I don't have answers for the questions, but for context, can you list some use cases for a >4GB GLB file?

lexaknyazev commented 6 years ago

Those could probably be extreme high-density point clouds or extensive use of ultra high definition floating point textures. Anyway, the limit affects only GLB container format - a glTF asset with binary data in separate file(s) has no implicit limit on data size.

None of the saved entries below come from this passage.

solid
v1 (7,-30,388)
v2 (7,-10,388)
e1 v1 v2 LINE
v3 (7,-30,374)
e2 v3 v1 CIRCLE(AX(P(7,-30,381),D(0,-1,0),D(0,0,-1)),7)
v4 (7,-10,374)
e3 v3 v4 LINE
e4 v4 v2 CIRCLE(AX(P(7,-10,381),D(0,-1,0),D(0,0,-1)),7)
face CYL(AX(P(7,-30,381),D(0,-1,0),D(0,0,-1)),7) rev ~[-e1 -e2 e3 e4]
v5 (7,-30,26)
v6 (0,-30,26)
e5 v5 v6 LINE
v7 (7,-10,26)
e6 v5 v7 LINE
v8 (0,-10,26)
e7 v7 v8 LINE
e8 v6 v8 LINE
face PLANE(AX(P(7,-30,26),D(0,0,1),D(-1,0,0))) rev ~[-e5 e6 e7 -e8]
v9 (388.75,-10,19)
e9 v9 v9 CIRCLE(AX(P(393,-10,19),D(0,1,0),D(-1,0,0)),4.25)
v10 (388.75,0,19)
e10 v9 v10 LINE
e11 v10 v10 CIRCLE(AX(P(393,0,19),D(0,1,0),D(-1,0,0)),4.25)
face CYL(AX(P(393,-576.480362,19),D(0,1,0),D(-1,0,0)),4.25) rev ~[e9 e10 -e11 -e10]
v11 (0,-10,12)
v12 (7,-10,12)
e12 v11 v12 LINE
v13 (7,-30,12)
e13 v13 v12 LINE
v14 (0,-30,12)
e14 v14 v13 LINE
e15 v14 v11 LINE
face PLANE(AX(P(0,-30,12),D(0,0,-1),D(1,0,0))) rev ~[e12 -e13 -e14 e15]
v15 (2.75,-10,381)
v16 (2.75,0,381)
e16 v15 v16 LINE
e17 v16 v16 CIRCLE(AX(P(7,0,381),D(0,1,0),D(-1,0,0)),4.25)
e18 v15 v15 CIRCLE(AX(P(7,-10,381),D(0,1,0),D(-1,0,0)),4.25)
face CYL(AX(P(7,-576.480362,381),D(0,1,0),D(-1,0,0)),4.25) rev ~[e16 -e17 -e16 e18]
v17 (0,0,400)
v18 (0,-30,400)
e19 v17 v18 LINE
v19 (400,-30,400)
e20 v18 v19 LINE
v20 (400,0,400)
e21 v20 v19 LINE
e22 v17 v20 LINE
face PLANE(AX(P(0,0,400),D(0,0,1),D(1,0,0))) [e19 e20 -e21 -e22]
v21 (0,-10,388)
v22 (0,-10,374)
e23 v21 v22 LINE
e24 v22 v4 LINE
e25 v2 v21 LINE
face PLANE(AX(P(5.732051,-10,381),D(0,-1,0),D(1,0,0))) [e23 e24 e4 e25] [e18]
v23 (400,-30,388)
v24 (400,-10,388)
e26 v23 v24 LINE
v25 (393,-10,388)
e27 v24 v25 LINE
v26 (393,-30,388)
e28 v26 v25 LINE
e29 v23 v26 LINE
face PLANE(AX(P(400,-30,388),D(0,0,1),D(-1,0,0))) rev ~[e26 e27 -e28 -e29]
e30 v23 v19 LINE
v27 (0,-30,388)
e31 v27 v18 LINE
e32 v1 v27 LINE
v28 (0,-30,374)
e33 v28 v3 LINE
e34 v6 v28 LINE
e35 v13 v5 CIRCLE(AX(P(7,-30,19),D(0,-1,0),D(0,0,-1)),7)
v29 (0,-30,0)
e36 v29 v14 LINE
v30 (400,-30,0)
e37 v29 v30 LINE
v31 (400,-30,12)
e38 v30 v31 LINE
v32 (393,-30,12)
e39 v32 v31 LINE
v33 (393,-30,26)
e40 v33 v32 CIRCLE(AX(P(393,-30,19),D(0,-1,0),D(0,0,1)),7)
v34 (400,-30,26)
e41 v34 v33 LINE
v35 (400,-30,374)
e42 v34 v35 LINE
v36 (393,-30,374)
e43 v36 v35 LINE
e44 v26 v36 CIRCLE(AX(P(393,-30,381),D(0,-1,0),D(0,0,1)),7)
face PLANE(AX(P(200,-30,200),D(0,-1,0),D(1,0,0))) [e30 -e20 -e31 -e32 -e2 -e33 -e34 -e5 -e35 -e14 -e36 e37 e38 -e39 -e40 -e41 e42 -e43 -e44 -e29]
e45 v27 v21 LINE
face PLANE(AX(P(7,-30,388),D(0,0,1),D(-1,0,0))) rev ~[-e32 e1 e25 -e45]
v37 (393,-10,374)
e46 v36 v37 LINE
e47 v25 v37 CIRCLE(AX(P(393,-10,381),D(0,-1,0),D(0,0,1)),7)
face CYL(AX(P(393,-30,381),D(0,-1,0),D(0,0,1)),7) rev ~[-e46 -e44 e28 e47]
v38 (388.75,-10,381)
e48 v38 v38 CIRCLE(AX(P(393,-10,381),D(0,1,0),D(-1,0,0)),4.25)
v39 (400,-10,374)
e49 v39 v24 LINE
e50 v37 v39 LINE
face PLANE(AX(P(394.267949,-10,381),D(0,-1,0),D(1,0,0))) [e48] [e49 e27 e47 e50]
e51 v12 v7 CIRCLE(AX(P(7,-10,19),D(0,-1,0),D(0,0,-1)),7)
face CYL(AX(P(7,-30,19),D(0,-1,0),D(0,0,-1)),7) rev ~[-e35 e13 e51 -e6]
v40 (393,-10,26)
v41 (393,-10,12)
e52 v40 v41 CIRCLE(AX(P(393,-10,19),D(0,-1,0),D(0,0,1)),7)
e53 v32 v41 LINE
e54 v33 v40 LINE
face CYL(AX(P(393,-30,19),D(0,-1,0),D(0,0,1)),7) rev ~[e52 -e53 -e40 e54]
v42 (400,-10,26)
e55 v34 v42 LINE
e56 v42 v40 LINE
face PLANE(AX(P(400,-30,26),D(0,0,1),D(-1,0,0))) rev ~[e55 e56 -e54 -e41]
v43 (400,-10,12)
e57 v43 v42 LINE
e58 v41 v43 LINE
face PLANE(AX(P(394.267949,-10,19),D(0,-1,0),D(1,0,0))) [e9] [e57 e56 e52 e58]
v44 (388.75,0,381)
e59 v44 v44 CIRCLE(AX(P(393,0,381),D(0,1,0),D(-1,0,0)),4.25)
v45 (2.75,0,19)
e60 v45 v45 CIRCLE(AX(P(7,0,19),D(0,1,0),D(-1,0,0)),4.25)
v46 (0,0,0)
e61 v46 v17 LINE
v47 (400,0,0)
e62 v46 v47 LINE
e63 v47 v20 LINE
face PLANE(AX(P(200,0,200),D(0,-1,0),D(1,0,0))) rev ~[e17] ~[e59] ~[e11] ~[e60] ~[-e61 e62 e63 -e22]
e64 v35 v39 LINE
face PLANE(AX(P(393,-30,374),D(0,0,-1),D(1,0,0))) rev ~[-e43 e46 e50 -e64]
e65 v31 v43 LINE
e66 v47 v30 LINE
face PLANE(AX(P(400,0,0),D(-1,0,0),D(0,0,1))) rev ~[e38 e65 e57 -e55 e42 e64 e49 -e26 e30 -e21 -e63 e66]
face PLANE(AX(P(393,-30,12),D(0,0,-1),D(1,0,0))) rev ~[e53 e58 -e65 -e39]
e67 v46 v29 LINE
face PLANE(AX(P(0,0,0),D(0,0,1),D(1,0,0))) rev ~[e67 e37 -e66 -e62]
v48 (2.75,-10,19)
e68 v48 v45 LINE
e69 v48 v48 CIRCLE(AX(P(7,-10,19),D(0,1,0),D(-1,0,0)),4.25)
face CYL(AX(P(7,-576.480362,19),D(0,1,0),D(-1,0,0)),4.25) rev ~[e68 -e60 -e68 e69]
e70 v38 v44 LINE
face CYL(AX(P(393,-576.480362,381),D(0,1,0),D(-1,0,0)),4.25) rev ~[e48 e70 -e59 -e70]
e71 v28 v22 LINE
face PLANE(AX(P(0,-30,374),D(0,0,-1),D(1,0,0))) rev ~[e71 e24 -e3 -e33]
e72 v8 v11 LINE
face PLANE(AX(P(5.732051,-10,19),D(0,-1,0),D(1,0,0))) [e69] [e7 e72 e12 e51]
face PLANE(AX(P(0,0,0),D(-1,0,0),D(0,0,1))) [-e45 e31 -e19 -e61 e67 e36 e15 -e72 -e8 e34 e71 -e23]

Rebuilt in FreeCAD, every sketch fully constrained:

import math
import FreeCAD as App
import Part
import Sketcher

doc = App.newDocument("Part")
body = doc.addObject("PartDesign::Body", "Body")

# Sketch on XZ plane
sketch1 = body.newObject("Sketcher::SketchObject", "Sketch")
sketch1.AttachmentSupport = (doc.getObject("XZ_Plane"), [""])
sketch1.MapMode = "FlatFace"
sketch1.addGeometry([
    Part.LineSegment(App.Vector(0, 400, 0), App.Vector(0, 0, 0)),
    Part.LineSegment(App.Vector(0, 0, 0), App.Vector(400, 0, 0)),
    Part.LineSegment(App.Vector(400, 0, 0), App.Vector(400, 400, 0)),
    Part.LineSegment(App.Vector(400, 400, 0), App.Vector(0, 400, 0)),
], False)
sketch1.addConstraint([
    Sketcher.Constraint("Coincident", 0, 2, 1, 1),
    Sketcher.Constraint("Coincident", 1, 2, 2, 1),
    Sketcher.Constraint("Coincident", 2, 2, 3, 1),
    Sketcher.Constraint("Coincident", 3, 2, 0, 1),
    Sketcher.Constraint("Vertical", 0),
    Sketcher.Constraint("Horizontal", 1),
    Sketcher.Constraint("Vertical", 2),
    Sketcher.Constraint("Horizontal", 3),
    Sketcher.Constraint("Coincident", 0, 2, -1, 1),
    Sketcher.Constraint("Equal", 3, 0),
    Sketcher.Constraint("DistanceX", 1, 1, 1, 2, 400.0),
])
pad1 = body.newObject("PartDesign::Pad", "Pad")
pad1.Profile = sketch1
pad1.Length = 30

# Sketch on XZ plane
sketch2 = body.newObject("Sketcher::SketchObject", "Sketch001")
sketch2.AttachmentSupport = (doc.getObject("XZ_Plane"), [""])
sketch2.MapMode = "FlatFace"
sketch2.AttachmentOffset = App.Placement(App.Vector(0, 0, 30), App.Rotation())
sketch2.addGeometry([
    Part.LineSegment(App.Vector(7, 26, 0), App.Vector(0, 26, 0)),  # 0
    Part.LineSegment(App.Vector(0, 26, 0), App.Vector(0, 12, 0)),  # 1
    Part.LineSegment(App.Vector(0, 12, 0), App.Vector(7, 12, 0)),  # 2
    Part.ArcOfCircle(Part.Circle(App.Vector(7, 19, 0), App.Vector(0, 0, 1), 7), math.radians(-90), math.radians(90)),  # 3
    Part.LineSegment(App.Vector(393, 12, 0), App.Vector(400, 12, 0)),  # 4
    Part.LineSegment(App.Vector(400, 12, 0), App.Vector(400, 26, 0)),  # 5
    Part.LineSegment(App.Vector(400, 26, 0), App.Vector(393, 26, 0)),  # 6
    Part.ArcOfCircle(Part.Circle(App.Vector(393, 19, 0), App.Vector(0, 0, 1), 7), math.radians(90), math.radians(270)),  # 7
    Part.LineSegment(App.Vector(400, 374, 0), App.Vector(400, 388, 0)),  # 8
    Part.LineSegment(App.Vector(400, 388, 0), App.Vector(393, 388, 0)),  # 9
    Part.ArcOfCircle(Part.Circle(App.Vector(393, 381, 0), App.Vector(0, 0, 1), 7), math.radians(90), math.radians(270)),  # 10
    Part.LineSegment(App.Vector(393, 374, 0), App.Vector(400, 374, 0)),  # 11
    Part.LineSegment(App.Vector(0, 374, 0), App.Vector(7, 374, 0)),  # 12
    Part.ArcOfCircle(Part.Circle(App.Vector(7, 381, 0), App.Vector(0, 0, 1), 7), math.radians(-90), math.radians(90)),  # 13
    Part.LineSegment(App.Vector(7, 388, 0), App.Vector(0, 388, 0)),  # 14
    Part.LineSegment(App.Vector(0, 388, 0), App.Vector(0, 374, 0)),  # 15
], False)
sketch2.addConstraint([
    Sketcher.Constraint("Coincident", 0, 2, 1, 1),
    Sketcher.Constraint("Coincident", 1, 2, 2, 1),
    Sketcher.Constraint("Tangent", 2, 2, 3, 1),
    Sketcher.Constraint("Tangent", 3, 2, 0, 1),
    Sketcher.Constraint("Coincident", 4, 2, 5, 1),
    Sketcher.Constraint("Coincident", 5, 2, 6, 1),
    Sketcher.Constraint("Tangent", 6, 2, 7, 1),
    Sketcher.Constraint("Tangent", 7, 2, 4, 1),
    Sketcher.Constraint("Coincident", 8, 2, 9, 1),
    Sketcher.Constraint("Tangent", 9, 2, 10, 1),
    Sketcher.Constraint("Tangent", 10, 2, 11, 1),
    Sketcher.Constraint("Coincident", 11, 2, 8, 1),
    Sketcher.Constraint("Tangent", 12, 2, 13, 1),
    Sketcher.Constraint("Tangent", 13, 2, 14, 1),
    Sketcher.Constraint("Coincident", 14, 2, 15, 1),
    Sketcher.Constraint("Coincident", 15, 2, 12, 1),
    Sketcher.Constraint("Horizontal", 0),
    Sketcher.Constraint("Vertical", 1),
    Sketcher.Constraint("Horizontal", 2),
    Sketcher.Constraint("Horizontal", 4),
    Sketcher.Constraint("Vertical", 5),
    Sketcher.Constraint("Horizontal", 6),
    Sketcher.Constraint("Vertical", 8),
    Sketcher.Constraint("Horizontal", 9),
    Sketcher.Constraint("Horizontal", 11),
    Sketcher.Constraint("Horizontal", 12),
    Sketcher.Constraint("Horizontal", 14),
    Sketcher.Constraint("Vertical", 15),
    Sketcher.Constraint("Equal", 3, 7),
    Sketcher.Constraint("Equal", 7, 10),
    Sketcher.Constraint("Equal", 10, 13),
    Sketcher.Constraint("PointOnObject", 0, 2, -2),
    Sketcher.Constraint("PointOnObject", 14, 2, -2),
    Sketcher.Constraint("Horizontal", 3, 3, 7, 3),
    Sketcher.Constraint("Horizontal", 10, 3, 13, 3),
    Sketcher.Constraint("Vertical", 7, 3, 10, 3),
    Sketcher.Constraint("Vertical", 3, 3, 13, 3),
    Sketcher.Constraint("Vertical", 5, 2, 8, 2),
    Sketcher.Constraint("Equal", 2, 4),
    Sketcher.Constraint("Radius", 3, 7.0),
    Sketcher.Constraint("DistanceX", 0, 2, 0, 1, 7.0),
    Sketcher.Constraint("DistanceY", -1, 1, 3, 3, 19.0),
    Sketcher.Constraint("DistanceX", -1, 1, 7, 3, 393.0),
    Sketcher.Constraint("DistanceY", -1, 1, 10, 3, 381.0),
])
pocket1 = body.newObject("PartDesign::Pocket", "Pocket")
pocket1.Profile = sketch2
pocket1.Length = 20

# Sketch on XZ plane
sketch3 = body.newObject("Sketcher::SketchObject", "Sketch002")
sketch3.AttachmentSupport = (doc.getObject("XZ_Plane"), [""])
sketch3.MapMode = "FlatFace"
sketch3.AttachmentOffset = App.Placement(App.Vector(0, 0, 10), App.Rotation())
sketch3.addGeometry([
    Part.Circle(App.Vector(7, 381, 0), App.Vector(0, 0, 1), 4.2),
    Part.Circle(App.Vector(393, 381, 0), App.Vector(0, 0, 1), 4.2),
    Part.Circle(App.Vector(393, 19, 0), App.Vector(0, 0, 1), 4.2),
    Part.Circle(App.Vector(7, 19, 0), App.Vector(0, 0, 1), 4.2),
], False)
sketch3.addConstraint([
    Sketcher.Constraint("Equal", 0, 1),
    Sketcher.Constraint("Equal", 1, 2),
    Sketcher.Constraint("Equal", 2, 3),
    Sketcher.Constraint("Horizontal", 0, 3, 1, 3),
    Sketcher.Constraint("Horizontal", 2, 3, 3, 3),
    Sketcher.Constraint("Vertical", 1, 3, 2, 3),
    Sketcher.Constraint("Vertical", 0, 3, 3, 3),
    Sketcher.Constraint("Diameter", 0, 8.5),
    Sketcher.Constraint("DistanceX", -1, 1, 0, 3, 7.0),
    Sketcher.Constraint("DistanceY", -1, 1, 0, 3, 381.0),
    Sketcher.Constraint("DistanceX", -1, 1, 1, 3, 393.0),
    Sketcher.Constraint("DistanceY", -1, 1, 2, 3, 19.0),
])
doc.recompute()
hole = body.newObject("PartDesign::Hole", "Hole")
hole.Profile = sketch3
hole.ThreadType = "None"
hole.Diameter = 8.5
hole.DepthType = "ThroughAll"

doc.recompute()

anderejd commented 6 years ago

can you list some use cases for a >4GB GLB file?

I have many times worked with scenes containing above 4 GB of only geometry, mainly offline rendered car visualizations where the tesselation must be very high to get good results in print resolution. That example may not be what GLB is designed to handle, but it could handle that kind of scene size, if the uint32 sizes were upgraded to 64 bit.

Another use case I can think of is transferring very-high resolution models between different automated tools in a custom content creation workflow.

a glTF asset with binary data in separate file(s) has no implicit limit on data size.

That'a good to know, thank you, I failed to find that information in the specification.

To clarify, in the following example, do the bufferLength property allow unsigned 64 bit integers?

{
   "buffers": [
       {
           "byteLength": 102040,
           "uri": "duck.bin"
       }
   ]
}
lexaknyazev commented 6 years ago

As a general guiding rule, glTF should be seen as a "last mile" transmission format (like JPG for images) as opposed to authoring/interchange formats like USD.

I failed to find that information in the specification.

JSON-Schema for buffer.byteLength property defines only minimum value, so glTF spec doesn't limit maximum buffer size. Common JSON parsers should correctly handle integer values at least up to 253.

anderejd commented 6 years ago

JSON-Schema for buffer.byteLength property defines only minimum value, so glTF spec doesn't limit maximum buffer size. Common JSON parsers should correctly handle integer values at least up to 2^53

That answers my question about external buffer size limits, thanks! That was my hope and expectation since that's the javascript integer max, and gltf 2.0 seems to have quite a few js based viewers.

zellski commented 6 years ago

I think it makes good sense to keep glTF itself limitless, but to accept 4 GB as a reasonable upper limit on a single .GLB file. While self-contained files are incredibly convenient for many use cases, once we're dealing with assets in the 10 GB range we've arguably left that degree of convenience behind, while at the same time, it becomes increasingly meaningful to be able to stream individual components of the assets, such as huge textures or geometry LoD buffers via distinct URIs. The exploded, explicit version of the format is fine here. Maybe by GLB 3.0, the landscape will have changed...

anderejd commented 6 years ago

but to accept 4 GB as a reasonable upper limit on a single .GLB file

This artificial limit makes absolutely no sense, not even decade ago. This is an obvious artificial limit, please consider fixing it.

Maybe by GLB 3.0, the landscape will have changed...

This is what I'm trying to ask for. Please consider fixing this for the 3.0 version. Until then it's reasonable, for my use case, to avoid the GLB format altogether and work with external buffer files, since I know that I am going to hit this limit sooner or later.